- Problem details: If a line includes "DIRECTION", copy it out of the entries.

- Dataset entries:
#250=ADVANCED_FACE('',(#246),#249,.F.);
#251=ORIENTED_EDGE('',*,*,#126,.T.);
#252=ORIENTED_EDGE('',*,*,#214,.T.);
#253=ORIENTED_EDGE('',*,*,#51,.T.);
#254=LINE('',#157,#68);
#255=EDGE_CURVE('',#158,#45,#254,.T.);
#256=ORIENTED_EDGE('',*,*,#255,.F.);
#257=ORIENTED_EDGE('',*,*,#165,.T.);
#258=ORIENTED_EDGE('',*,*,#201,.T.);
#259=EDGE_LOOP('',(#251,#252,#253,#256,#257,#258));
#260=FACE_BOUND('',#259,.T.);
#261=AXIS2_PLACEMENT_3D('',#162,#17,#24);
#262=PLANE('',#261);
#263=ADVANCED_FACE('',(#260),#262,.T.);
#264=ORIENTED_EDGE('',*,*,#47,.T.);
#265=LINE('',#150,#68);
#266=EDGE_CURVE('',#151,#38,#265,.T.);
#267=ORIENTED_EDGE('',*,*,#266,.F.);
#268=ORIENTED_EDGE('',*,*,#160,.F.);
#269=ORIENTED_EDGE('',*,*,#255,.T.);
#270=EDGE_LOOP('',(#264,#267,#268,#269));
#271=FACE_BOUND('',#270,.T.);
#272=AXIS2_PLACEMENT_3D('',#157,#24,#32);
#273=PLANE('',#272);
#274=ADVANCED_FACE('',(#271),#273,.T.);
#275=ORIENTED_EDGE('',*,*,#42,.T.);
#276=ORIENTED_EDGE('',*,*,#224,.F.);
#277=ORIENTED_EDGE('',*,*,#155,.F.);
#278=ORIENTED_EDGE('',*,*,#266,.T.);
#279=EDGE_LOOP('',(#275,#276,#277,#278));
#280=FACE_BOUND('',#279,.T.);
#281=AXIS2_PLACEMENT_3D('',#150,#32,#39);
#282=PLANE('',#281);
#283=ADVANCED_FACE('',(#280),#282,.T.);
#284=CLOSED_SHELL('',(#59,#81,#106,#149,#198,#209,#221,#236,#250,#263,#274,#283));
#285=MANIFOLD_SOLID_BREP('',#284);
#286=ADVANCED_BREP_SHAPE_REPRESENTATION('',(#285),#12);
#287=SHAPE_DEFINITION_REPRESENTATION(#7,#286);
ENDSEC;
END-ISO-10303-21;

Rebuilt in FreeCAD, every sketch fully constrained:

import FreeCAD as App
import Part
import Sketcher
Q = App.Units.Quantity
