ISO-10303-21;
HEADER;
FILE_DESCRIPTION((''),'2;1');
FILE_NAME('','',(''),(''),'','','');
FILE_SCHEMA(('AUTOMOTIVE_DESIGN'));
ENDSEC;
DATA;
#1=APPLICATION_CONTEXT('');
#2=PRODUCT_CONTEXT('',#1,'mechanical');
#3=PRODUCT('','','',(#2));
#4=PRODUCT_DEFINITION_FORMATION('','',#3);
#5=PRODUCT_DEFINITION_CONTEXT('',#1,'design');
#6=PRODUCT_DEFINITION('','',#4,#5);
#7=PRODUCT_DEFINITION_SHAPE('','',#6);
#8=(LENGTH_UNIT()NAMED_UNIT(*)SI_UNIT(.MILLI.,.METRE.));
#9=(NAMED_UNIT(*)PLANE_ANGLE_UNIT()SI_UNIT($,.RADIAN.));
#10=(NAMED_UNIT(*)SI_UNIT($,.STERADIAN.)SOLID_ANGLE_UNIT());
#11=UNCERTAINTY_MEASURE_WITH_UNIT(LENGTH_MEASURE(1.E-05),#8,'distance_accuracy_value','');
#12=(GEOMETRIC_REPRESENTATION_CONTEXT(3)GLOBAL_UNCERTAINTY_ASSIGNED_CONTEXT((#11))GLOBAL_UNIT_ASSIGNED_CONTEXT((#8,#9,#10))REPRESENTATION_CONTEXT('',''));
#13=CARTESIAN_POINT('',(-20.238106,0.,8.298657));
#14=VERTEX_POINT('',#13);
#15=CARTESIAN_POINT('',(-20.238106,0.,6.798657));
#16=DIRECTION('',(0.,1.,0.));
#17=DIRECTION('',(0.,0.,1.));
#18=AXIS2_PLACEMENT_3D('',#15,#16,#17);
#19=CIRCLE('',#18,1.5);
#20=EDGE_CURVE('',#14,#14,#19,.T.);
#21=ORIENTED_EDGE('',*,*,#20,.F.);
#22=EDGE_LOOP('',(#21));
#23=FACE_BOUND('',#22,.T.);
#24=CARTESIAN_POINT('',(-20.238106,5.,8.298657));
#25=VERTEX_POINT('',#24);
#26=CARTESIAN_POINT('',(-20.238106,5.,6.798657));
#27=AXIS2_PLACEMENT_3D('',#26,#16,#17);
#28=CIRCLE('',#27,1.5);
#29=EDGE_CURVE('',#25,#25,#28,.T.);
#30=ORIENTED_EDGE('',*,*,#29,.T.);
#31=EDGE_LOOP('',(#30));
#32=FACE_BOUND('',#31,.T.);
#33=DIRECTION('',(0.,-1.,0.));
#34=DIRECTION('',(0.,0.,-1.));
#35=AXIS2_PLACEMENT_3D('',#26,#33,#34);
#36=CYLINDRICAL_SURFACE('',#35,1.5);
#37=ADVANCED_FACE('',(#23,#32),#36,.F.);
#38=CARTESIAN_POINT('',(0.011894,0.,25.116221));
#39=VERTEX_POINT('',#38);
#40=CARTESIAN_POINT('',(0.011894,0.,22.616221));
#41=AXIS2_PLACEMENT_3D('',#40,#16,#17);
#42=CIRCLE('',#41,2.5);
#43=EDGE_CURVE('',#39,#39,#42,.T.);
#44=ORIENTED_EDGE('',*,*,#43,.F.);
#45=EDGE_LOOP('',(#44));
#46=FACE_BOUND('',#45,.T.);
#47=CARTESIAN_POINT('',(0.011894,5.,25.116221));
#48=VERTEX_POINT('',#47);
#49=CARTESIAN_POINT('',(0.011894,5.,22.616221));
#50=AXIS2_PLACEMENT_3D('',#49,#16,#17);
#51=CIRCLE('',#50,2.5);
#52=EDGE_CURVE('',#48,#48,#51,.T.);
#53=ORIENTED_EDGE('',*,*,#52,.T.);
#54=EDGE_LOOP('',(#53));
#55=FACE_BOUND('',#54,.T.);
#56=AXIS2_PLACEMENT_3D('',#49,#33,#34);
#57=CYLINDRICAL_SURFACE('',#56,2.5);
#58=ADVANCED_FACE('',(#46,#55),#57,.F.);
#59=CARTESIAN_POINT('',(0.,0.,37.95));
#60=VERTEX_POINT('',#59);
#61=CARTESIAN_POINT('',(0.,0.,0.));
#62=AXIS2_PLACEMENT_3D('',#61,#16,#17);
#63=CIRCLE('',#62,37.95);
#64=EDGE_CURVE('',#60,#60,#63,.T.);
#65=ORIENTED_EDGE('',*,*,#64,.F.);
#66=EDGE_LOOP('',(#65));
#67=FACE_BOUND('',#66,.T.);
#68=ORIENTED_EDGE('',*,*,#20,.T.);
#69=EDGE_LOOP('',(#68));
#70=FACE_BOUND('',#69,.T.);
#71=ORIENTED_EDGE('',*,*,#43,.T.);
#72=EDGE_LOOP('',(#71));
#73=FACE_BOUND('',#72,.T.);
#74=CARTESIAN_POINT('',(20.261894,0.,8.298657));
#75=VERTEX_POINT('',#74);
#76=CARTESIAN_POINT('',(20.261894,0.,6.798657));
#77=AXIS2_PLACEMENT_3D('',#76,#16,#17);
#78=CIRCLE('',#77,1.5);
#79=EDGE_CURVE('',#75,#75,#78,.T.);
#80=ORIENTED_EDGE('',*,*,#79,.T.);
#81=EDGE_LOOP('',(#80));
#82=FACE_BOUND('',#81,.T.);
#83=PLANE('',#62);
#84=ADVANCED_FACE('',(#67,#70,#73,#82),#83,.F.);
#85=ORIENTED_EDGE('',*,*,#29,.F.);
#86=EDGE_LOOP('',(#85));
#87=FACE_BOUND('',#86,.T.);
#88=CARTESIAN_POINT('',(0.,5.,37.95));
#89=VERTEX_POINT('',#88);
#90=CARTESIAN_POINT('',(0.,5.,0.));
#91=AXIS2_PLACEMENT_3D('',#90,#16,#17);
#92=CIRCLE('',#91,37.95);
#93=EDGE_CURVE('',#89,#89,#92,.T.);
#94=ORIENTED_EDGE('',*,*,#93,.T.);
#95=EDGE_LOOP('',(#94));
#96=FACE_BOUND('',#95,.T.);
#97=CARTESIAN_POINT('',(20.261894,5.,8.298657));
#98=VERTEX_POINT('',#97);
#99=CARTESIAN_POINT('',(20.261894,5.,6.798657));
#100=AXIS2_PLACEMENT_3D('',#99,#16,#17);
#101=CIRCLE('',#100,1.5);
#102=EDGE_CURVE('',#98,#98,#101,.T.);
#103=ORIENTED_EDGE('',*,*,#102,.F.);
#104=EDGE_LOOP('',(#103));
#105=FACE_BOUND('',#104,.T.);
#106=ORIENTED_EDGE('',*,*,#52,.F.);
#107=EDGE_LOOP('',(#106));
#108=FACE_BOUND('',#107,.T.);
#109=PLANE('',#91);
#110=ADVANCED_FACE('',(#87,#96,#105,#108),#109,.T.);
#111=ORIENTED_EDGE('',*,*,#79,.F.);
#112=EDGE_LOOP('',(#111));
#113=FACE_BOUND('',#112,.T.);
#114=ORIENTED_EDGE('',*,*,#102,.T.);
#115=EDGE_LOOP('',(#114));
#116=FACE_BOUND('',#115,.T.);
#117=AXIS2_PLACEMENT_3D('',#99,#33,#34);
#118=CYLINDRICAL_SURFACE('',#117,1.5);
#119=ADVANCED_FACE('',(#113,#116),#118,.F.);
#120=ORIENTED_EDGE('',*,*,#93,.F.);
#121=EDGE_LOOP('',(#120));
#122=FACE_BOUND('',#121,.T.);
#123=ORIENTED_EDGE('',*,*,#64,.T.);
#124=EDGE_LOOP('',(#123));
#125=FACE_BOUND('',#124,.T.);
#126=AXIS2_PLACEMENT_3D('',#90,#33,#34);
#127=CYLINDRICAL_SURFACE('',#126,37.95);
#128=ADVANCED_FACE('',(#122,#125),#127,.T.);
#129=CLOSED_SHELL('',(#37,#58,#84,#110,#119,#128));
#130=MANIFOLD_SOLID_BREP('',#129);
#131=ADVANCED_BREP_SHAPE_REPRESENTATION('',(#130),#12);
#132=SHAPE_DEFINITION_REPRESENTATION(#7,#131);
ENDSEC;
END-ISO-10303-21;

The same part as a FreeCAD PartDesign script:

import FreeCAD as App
import Part
import Sketcher

V = App.Vector

doc = App.newDocument("Part")
body = doc.addObject("PartDesign::Body", "Body")

# Sketch on XZ plane
sketch1 = doc.addObject("Sketcher::SketchObject", "Sketch")
body.addObject(sketch1)
sketch1.AttachmentSupport = (doc.XZ_Plane, [""])
sketch1.MapMode = "FlatFace"
sketch1.addGeometry(Part.Circle(V(0, 0, 0), V(0, 0, 1), 37.95), False)
sketch1.addGeometry(Part.Circle(V(-20.238106, 6.798657, 0), V(0, 0, 1), 1.5), False)
sketch1.addGeometry(Part.Circle(V(20.261894, 6.798657, 0), V(0, 0, 1), 1.5), False)
sketch1.addGeometry(Part.Circle(V(0.011894, 22.616221, 0), V(0, 0, 1), 2.5), False)
sketch1.addConstraint(Sketcher.Constraint("Coincident", 0, 3, -1, 1))
sketch1.addConstraint(Sketcher.Constraint("Equal", 1, 2))
sketch1.addConstraint(Sketcher.Constraint("Horizontal", 1, 3, 2, 3))
sketch1.addConstraint(Sketcher.Constraint("Diameter", 1, 3.0))
sketch1.addConstraint(Sketcher.Constraint("Diameter", 3, 5.0))
sketch1.addConstraint(Sketcher.Constraint("Diameter", 0, 75.9))
sketch1.addConstraint(Sketcher.Constraint("DistanceX", 1, 3, 2, 3, 40.5))
sketch1.addConstraint(Sketcher.Constraint("DistanceX", 1, 3, 3, 3, 20.25))
sketch1.addConstraint(Sketcher.Constraint("DistanceY", -1, 1, 3, 3, 22.616221))
sketch1.addConstraint(Sketcher.Constraint("DistanceX", 1, 3, -1, 1, 20.238106))
sketch1.addConstraint(Sketcher.Constraint("DistanceY", -1, 1, 1, 3, 6.798657))
pad1 = doc.addObject("PartDesign::Pad", "Pad")
body.addObject(pad1)
pad1.Profile = sketch1
pad1.Length = 5
pad1.Reversed = True

doc.recompute()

- Response to the task:
#16=DIRECTION('',(0.,1.,0.));
#17=DIRECTION('',(0.,0.,1.));
#33=DIRECTION('',(0.,-1.,0.));
#34=DIRECTION('',(0.,0.,-1.));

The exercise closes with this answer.